▶ **EXERCISE INSTRUCTIONS**: In the entries below, find the line with "e23 v5 v12 LINE" and print exactly every line from there up to and including the line with "e28 v13 v4 LINE", with no other lines.

▶ **INFORMATION SUPPLIED**:

<<<<

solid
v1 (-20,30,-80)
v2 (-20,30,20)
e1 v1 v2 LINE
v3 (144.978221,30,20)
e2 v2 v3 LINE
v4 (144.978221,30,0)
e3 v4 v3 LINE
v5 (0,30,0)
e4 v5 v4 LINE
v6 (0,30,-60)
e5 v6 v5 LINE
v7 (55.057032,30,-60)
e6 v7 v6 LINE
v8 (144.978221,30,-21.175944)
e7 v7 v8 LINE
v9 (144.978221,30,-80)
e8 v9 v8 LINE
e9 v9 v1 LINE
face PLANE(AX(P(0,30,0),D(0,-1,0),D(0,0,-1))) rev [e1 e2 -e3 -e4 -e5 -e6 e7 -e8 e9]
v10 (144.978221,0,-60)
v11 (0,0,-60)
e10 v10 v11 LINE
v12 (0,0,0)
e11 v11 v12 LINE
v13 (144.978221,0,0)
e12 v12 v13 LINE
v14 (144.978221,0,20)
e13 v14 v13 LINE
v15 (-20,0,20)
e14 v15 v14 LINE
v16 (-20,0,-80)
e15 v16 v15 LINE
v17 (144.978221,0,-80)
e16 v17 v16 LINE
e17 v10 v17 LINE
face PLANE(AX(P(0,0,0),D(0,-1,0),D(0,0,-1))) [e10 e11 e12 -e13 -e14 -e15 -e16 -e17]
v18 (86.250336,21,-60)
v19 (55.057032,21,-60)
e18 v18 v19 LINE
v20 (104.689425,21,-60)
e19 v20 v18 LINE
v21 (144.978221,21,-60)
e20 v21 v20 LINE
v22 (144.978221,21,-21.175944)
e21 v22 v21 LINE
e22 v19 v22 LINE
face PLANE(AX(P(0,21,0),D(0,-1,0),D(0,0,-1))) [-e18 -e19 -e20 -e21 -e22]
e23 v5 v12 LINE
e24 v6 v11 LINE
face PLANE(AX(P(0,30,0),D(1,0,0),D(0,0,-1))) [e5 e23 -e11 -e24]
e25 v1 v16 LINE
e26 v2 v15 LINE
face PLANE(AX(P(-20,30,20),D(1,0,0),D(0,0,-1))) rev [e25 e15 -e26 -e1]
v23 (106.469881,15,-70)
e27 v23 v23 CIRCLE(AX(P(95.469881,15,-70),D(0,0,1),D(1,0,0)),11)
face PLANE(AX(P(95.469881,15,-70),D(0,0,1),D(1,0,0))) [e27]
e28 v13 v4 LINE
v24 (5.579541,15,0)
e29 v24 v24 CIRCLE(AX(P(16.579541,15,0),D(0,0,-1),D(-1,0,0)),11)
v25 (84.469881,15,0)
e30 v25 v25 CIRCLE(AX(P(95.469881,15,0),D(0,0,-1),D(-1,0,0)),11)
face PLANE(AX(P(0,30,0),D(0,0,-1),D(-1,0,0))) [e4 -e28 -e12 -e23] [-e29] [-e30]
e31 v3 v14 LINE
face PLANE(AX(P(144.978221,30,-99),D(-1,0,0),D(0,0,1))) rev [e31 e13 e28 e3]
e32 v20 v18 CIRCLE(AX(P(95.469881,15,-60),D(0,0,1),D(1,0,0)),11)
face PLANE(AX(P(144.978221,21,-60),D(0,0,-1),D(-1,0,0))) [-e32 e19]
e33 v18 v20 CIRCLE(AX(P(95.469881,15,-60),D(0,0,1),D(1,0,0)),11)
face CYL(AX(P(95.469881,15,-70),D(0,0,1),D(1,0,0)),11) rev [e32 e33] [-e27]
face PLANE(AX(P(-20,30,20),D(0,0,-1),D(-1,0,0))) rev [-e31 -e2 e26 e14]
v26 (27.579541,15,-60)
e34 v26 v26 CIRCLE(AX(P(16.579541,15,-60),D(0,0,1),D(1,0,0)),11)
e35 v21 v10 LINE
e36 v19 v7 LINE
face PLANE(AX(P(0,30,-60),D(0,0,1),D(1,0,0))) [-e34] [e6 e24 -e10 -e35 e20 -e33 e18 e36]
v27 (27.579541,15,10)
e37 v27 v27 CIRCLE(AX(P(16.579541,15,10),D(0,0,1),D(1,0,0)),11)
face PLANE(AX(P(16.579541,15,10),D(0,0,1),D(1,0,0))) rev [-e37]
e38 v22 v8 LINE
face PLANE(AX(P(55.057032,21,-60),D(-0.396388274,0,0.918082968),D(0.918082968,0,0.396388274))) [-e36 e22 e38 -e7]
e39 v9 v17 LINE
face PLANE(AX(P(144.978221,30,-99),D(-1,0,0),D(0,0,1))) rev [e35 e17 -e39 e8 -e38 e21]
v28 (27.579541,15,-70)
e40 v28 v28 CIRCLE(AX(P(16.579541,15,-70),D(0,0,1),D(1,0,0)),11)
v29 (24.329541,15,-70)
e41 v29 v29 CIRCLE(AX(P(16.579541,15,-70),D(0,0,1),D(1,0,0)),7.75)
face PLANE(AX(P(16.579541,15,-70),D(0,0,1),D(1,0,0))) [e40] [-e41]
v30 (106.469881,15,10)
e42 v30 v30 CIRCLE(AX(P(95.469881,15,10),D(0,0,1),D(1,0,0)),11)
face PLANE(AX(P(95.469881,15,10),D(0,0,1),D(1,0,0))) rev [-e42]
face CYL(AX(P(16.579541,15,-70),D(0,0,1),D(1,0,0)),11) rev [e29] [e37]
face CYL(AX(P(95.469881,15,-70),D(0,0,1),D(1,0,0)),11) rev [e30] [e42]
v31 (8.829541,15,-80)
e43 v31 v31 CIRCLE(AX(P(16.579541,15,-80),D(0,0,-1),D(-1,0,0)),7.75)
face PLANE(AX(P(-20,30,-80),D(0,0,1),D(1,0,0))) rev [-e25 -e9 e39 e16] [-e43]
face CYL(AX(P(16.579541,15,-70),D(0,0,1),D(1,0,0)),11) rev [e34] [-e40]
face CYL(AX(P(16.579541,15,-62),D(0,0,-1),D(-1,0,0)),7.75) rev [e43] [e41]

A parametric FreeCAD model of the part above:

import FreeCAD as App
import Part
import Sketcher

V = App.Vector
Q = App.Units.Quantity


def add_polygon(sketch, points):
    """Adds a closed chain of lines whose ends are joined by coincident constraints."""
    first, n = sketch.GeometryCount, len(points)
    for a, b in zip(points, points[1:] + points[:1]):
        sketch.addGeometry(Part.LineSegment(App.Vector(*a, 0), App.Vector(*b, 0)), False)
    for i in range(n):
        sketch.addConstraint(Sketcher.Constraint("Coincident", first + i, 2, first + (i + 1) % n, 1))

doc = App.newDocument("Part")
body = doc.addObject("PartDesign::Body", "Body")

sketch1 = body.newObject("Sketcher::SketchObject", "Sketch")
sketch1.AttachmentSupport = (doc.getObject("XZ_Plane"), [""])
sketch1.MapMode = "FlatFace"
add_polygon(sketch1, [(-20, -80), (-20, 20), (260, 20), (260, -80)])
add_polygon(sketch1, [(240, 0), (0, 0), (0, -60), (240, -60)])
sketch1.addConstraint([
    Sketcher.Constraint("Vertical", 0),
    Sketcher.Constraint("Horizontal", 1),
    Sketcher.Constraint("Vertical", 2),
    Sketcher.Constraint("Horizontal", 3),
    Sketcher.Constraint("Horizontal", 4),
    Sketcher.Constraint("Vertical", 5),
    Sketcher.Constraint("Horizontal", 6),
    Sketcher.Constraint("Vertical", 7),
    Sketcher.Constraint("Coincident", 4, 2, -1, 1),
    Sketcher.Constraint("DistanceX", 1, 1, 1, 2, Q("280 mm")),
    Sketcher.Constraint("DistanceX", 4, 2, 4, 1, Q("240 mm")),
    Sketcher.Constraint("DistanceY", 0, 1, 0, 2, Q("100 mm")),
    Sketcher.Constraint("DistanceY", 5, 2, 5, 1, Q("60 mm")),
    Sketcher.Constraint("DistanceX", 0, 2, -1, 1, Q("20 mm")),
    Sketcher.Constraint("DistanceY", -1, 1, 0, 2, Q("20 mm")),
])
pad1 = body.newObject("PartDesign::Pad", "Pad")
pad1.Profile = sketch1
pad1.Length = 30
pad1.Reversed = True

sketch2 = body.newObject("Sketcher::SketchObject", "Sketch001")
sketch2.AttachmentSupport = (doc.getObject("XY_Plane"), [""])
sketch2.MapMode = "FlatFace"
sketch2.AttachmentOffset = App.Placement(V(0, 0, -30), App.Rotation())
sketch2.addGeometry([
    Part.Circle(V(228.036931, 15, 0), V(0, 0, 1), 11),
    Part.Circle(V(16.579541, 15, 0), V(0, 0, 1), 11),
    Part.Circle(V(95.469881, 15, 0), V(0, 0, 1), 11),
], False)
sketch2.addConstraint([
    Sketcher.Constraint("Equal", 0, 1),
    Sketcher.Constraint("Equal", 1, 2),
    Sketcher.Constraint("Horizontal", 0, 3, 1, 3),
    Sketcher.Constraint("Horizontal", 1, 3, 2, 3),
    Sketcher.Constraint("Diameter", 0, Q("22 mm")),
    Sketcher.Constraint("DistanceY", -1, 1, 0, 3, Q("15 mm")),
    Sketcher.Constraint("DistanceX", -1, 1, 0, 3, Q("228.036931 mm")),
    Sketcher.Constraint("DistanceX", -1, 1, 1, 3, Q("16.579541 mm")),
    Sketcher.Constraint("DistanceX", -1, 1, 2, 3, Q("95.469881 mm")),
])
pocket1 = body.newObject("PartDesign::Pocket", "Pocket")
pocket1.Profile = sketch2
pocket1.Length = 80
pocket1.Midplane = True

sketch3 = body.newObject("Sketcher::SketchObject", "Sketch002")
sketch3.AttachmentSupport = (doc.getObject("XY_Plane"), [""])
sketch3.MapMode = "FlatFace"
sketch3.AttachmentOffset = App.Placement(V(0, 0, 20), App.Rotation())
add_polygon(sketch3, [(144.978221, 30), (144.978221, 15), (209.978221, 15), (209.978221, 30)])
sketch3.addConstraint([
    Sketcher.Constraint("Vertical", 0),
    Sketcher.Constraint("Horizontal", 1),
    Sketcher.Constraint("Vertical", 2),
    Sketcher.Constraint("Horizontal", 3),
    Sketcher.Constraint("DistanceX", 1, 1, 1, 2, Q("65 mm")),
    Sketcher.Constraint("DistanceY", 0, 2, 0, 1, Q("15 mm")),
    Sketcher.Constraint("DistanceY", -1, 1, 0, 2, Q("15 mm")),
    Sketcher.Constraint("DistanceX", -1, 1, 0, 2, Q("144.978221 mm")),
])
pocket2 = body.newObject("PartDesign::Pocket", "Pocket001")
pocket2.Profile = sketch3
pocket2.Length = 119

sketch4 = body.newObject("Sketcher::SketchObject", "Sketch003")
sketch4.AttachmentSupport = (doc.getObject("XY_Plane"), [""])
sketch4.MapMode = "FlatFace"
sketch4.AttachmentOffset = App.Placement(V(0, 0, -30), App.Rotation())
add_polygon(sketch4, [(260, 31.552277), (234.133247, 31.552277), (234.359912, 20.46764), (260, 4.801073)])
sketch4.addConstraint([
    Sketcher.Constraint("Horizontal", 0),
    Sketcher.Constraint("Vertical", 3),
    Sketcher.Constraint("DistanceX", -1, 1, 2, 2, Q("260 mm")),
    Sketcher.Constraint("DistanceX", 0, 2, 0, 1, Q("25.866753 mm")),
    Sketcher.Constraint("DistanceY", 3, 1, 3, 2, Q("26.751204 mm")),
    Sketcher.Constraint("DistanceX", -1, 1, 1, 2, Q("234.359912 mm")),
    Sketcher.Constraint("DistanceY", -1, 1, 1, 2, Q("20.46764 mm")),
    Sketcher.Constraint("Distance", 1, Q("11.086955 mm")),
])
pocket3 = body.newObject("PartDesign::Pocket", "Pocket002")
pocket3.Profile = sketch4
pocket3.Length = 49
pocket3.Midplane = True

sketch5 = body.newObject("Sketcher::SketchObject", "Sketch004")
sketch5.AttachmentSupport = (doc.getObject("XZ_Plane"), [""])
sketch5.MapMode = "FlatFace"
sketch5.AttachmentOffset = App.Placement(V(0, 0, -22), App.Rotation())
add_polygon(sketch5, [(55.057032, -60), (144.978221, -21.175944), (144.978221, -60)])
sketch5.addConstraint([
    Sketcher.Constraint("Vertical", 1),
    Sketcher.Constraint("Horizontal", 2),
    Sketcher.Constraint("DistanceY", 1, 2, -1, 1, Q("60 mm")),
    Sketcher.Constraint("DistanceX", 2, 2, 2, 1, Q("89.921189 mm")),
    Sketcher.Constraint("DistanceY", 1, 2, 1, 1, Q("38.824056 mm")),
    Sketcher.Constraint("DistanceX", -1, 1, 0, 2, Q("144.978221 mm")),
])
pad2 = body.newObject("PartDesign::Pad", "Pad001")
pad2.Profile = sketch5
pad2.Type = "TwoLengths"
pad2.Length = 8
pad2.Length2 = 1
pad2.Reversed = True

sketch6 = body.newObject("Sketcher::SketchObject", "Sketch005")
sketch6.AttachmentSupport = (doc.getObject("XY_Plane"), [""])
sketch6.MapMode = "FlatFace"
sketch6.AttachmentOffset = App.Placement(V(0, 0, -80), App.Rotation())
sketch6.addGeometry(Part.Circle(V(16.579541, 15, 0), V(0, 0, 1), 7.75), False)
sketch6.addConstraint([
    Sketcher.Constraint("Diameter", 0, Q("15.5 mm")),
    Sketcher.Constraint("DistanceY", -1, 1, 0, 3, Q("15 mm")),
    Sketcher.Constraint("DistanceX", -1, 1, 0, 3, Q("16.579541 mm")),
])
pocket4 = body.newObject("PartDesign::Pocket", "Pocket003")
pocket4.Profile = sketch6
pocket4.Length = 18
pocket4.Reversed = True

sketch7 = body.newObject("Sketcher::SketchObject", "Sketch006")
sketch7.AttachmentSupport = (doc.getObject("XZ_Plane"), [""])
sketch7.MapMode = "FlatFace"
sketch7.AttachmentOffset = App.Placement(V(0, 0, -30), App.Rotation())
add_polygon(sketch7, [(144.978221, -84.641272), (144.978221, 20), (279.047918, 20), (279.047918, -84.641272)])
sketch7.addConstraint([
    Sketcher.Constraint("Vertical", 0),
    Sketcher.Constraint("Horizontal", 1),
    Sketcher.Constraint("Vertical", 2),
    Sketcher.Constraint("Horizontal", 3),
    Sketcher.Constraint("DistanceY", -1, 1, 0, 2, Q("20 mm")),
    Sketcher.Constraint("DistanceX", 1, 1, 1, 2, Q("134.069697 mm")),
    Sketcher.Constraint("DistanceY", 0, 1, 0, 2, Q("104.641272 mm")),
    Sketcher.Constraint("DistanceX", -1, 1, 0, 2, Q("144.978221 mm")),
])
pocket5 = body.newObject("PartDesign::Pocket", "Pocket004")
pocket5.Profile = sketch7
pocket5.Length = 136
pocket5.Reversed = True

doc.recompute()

>>>>

▶ **FINISHED EXERCISE**:
e23 v5 v12 LINE
e24 v6 v11 LINE
face PLANE(AX(P(0,30,0),D(1,0,0),D(0,0,-1))) [e5 e23 -e11 -e24]
e25 v1 v16 LINE
e26 v2 v15 LINE
face PLANE(AX(P(-20,30,20),D(1,0,0),D(0,0,-1))) rev [e25 e15 -e26 -e1]
v23 (106.469881,15,-70)
e27 v23 v23 CIRCLE(AX(P(95.469881,15,-70),D(0,0,1),D(1,0,0)),11)
face PLANE(AX(P(95.469881,15,-70),D(0,0,1),D(1,0,0))) [e27]
e28 v13 v4 LINE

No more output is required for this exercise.